• TASK PROMPT
Take the records below from their first line to the line with "v 17.228 3.315 -15", and restate those lines word for word.
──────────────────────────────
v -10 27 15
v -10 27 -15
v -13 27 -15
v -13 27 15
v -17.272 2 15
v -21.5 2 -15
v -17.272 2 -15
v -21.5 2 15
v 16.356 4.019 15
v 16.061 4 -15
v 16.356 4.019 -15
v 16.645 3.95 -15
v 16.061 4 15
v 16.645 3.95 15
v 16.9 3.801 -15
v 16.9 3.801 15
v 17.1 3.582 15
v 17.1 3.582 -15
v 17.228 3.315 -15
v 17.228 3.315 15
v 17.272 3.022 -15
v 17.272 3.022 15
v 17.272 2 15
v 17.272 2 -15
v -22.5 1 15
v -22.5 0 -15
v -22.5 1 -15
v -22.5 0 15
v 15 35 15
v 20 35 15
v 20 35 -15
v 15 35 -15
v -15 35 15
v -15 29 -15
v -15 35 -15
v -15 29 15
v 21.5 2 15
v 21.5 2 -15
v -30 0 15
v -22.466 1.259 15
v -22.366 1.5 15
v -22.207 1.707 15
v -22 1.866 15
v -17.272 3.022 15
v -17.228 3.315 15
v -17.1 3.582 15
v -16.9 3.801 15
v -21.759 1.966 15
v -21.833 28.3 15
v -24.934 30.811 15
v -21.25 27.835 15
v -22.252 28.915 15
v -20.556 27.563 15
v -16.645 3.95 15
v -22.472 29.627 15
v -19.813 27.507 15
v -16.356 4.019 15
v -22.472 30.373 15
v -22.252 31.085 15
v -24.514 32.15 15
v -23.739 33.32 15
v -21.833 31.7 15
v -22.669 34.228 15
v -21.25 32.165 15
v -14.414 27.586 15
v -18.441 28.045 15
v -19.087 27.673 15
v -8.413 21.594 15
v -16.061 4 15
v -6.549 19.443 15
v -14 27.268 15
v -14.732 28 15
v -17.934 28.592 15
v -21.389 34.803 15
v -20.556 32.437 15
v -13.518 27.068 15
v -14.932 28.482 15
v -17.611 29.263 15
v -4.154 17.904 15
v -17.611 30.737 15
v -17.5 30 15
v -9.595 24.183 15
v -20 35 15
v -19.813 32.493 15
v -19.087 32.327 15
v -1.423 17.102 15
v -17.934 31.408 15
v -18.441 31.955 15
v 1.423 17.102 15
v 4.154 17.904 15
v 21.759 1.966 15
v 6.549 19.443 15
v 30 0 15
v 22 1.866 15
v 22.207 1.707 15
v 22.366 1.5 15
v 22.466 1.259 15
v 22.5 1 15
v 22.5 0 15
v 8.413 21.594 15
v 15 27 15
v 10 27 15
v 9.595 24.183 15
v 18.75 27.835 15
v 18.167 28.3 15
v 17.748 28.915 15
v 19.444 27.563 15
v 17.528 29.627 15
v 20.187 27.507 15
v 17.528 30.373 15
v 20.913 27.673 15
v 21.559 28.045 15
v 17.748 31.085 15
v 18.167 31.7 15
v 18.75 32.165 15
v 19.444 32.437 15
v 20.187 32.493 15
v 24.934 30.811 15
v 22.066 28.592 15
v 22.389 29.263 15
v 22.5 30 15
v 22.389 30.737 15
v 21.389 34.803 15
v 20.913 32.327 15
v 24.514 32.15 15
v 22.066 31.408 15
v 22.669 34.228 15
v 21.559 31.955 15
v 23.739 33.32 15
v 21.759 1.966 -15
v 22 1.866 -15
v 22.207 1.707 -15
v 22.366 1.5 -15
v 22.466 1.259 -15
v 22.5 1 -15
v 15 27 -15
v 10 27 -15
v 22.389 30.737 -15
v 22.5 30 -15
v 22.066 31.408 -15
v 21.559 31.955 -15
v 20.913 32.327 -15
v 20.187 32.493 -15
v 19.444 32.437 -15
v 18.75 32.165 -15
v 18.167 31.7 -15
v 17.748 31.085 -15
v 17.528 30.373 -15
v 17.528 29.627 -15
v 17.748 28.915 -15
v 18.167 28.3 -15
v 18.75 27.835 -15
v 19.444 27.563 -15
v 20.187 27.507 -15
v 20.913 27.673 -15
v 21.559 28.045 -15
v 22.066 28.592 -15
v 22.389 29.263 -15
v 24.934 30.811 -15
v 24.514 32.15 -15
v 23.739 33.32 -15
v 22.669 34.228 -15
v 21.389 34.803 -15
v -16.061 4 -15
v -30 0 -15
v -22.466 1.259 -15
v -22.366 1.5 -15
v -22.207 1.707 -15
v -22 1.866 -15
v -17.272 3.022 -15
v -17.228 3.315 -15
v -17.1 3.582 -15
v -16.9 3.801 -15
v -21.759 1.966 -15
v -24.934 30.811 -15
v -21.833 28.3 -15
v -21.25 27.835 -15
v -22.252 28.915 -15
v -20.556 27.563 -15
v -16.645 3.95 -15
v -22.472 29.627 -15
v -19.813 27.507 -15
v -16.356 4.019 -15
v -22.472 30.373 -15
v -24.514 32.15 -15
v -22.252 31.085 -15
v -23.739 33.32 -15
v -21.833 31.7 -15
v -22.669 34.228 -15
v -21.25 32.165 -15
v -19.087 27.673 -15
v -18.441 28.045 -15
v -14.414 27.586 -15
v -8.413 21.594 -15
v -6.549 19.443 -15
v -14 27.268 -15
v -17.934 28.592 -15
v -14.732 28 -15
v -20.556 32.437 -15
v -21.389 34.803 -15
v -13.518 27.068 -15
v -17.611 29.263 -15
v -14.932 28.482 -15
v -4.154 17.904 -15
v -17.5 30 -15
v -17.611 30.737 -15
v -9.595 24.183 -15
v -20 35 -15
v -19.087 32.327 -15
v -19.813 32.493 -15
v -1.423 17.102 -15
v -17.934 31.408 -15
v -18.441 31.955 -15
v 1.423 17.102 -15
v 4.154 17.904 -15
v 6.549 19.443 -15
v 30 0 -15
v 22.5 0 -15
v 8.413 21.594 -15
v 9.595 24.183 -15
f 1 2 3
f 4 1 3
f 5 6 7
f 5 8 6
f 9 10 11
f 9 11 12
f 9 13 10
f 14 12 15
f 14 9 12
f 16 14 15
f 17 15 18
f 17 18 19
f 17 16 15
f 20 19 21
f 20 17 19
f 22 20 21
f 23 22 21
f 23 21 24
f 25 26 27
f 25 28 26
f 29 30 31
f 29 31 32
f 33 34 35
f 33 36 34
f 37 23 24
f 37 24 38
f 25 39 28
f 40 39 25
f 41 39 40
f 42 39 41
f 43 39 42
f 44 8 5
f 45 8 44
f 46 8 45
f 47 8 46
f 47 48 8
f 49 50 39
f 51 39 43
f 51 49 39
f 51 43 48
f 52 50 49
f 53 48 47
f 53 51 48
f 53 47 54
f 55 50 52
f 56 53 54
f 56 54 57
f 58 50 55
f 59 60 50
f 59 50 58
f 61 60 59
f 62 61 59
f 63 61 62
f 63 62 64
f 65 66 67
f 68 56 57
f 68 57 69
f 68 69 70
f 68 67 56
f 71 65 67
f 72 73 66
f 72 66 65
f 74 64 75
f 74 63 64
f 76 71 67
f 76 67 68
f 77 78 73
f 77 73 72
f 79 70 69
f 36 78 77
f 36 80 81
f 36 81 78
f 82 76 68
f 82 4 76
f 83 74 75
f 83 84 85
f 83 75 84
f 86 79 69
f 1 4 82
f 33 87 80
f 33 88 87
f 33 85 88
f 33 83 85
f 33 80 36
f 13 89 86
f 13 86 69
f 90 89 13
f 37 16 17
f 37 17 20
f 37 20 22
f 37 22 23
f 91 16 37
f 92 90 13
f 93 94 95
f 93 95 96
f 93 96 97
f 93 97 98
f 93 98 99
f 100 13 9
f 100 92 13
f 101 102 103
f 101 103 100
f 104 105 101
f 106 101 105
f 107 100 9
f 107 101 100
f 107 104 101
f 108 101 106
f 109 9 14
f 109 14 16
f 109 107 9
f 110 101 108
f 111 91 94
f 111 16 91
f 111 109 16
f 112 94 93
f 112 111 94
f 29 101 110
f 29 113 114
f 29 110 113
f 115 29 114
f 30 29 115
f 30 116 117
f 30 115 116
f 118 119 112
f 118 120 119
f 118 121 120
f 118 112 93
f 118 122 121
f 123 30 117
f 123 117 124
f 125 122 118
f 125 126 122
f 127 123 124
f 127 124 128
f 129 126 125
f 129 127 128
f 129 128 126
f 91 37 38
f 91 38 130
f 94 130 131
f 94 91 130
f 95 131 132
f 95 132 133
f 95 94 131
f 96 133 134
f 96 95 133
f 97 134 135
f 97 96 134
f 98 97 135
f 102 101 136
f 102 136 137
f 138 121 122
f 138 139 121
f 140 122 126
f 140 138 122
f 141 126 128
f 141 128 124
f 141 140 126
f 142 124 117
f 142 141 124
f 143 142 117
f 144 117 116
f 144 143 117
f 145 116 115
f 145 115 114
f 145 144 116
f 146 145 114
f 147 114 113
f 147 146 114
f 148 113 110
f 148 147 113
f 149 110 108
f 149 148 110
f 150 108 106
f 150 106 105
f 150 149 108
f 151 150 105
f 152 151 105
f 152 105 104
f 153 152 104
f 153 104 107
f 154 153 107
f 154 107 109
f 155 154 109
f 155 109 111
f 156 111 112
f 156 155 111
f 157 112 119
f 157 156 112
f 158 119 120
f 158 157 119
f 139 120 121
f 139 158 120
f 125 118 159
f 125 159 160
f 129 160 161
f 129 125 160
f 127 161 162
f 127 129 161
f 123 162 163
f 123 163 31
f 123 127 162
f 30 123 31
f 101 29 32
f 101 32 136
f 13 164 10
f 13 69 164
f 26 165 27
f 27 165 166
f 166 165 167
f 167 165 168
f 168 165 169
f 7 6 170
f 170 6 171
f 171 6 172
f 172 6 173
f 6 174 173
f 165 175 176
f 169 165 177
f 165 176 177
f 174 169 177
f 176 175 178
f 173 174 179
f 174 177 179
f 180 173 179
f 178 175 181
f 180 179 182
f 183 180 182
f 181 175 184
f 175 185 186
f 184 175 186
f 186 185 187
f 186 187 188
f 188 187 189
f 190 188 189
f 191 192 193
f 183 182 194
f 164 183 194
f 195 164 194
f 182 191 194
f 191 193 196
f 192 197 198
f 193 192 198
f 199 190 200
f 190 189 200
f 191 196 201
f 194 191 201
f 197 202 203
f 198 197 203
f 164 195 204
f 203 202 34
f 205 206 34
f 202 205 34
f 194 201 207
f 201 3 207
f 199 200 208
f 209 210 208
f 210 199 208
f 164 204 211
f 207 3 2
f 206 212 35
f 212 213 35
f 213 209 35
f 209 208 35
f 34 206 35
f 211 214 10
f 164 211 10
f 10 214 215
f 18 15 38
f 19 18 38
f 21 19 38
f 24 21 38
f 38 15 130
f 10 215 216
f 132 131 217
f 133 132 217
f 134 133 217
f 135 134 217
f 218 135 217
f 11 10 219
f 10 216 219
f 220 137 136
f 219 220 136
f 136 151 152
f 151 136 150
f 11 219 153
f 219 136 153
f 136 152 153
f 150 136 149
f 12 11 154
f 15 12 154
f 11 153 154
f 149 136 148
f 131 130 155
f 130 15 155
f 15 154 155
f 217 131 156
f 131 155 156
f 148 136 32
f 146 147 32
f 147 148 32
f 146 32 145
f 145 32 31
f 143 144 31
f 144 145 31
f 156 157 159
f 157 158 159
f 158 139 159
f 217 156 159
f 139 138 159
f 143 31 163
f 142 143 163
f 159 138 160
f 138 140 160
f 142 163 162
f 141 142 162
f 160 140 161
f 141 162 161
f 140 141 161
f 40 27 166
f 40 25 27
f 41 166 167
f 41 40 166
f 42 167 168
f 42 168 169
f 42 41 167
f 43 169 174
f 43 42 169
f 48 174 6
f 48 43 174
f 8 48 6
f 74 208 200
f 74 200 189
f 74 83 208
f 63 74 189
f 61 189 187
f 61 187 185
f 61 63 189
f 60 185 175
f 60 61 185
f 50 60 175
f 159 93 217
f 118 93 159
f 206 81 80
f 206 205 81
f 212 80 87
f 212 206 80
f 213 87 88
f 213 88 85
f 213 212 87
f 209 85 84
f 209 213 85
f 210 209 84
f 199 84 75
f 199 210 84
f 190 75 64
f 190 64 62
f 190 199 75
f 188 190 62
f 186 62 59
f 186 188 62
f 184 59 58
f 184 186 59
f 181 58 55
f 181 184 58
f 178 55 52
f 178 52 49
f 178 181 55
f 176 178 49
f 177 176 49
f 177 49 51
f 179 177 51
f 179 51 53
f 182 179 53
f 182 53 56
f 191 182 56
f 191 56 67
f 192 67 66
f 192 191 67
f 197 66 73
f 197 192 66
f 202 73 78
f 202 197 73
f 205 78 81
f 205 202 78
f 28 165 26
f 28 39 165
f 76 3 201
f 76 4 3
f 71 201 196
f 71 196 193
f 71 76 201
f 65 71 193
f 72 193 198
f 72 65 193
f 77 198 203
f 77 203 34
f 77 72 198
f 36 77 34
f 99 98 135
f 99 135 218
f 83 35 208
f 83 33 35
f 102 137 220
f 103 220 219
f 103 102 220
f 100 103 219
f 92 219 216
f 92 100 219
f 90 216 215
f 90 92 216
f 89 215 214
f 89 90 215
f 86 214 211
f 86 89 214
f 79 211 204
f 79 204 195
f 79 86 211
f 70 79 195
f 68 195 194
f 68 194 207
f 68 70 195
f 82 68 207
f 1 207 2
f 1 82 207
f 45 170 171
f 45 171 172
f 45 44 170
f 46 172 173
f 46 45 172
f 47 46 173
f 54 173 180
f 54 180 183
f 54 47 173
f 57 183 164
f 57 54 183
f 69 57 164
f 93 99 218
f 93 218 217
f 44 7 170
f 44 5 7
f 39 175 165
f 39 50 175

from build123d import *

# Parameters (mm, degrees)
SKETCH1_R           = 2.5
BOSS_EXTRUDE1_DEPTH = 15


with BuildPart() as part:
    # Sketch1 → Boss-Extrude1 (new, symmetric)
    with BuildSketch(Plane.XY):
        with BuildLine():
            ThreePointArc((16.060946061, 4), (16.899910262, 3.800538423), (17.271733188, 3.022468012))
            Line((17.271733188, 3.022468012), (17.271733188, 2))
            Line((17.271733188, 2), (21.5, 2))
            ThreePointArc((21.5, 2), (22.207106781, 1.707106781), (22.5, 1))
            Line((22.5, 1), (22.5, 0))
            Line((22.5, 0), (30, 0))
            Line((30, 0), (24.933748499, 30.8112495))
            ThreePointArc((24.933748499, 30.8112495), (23.236027851, 33.811577593), (20, 35))
            Line((20, 35), (15, 35))
            Line((15, 35), (15, 29))
            Line((15, 29), (15, 27))
            Line((15, 27), (13, 27))
            Line((13, 27), (10, 27))
            ThreePointArc((10, 27), (0, 17), (-10, 27))
            Line((-10, 27), (-13, 27))
            ThreePointArc((-13, 27), (-14.414213562, 27.585786438), (-15, 29))
            Line((-15, 29), (-15, 35))
            Line((-15, 35), (-20, 35))
            ThreePointArc((-20, 35), (-23.236027851, 33.811577593), (-24.933748499, 30.8112495))
            Line((-24.933748499, 30.8112495), (-30, 0))
            Line((-30, 0), (-22.5, 0))
            Line((-22.5, 0), (-22.5, 1))
            ThreePointArc((-22.5, 1), (-22.207106781, 1.707106781), (-21.5, 2))
            Line((-21.5, 2), (-17.271733188, 2))
            Line((-17.271733188, 2), (-17.271733188, 3.022468012))
            ThreePointArc((-17.271733188, 3.022468012), (-16.899910262, 3.800538423), (-16.060946061, 4))
            Line((-16.060946061, 4), (16.060946061, 4))
        make_face()
        with Locations((-20, 30)):
            Circle(SKETCH1_R, mode=Mode.SUBTRACT)
        with Locations((20, 30)):
            Circle(SKETCH1_R, mode=Mode.SUBTRACT)
    extrude(amount=BOSS_EXTRUDE1_DEPTH, both=True)


solid = part.part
──────────────────────────────
• WORKED SOLUTION
v -10 27 15
v -10 27 -15
v -13 27 -15
v -13 27 15
v -17.272 2 15
v -21.5 2 -15
v -17.272 2 -15
v -21.5 2 15
v 16.356 4.019 15
v 16.061 4 -15
v 16.356 4.019 -15
v 16.645 3.95 -15
v 16.061 4 15
v 16.645 3.95 15
v 16.9 3.801 -15
v 16.9 3.801 15
v 17.1 3.582 15
v 17.1 3.582 -15
v 17.228 3.315 -15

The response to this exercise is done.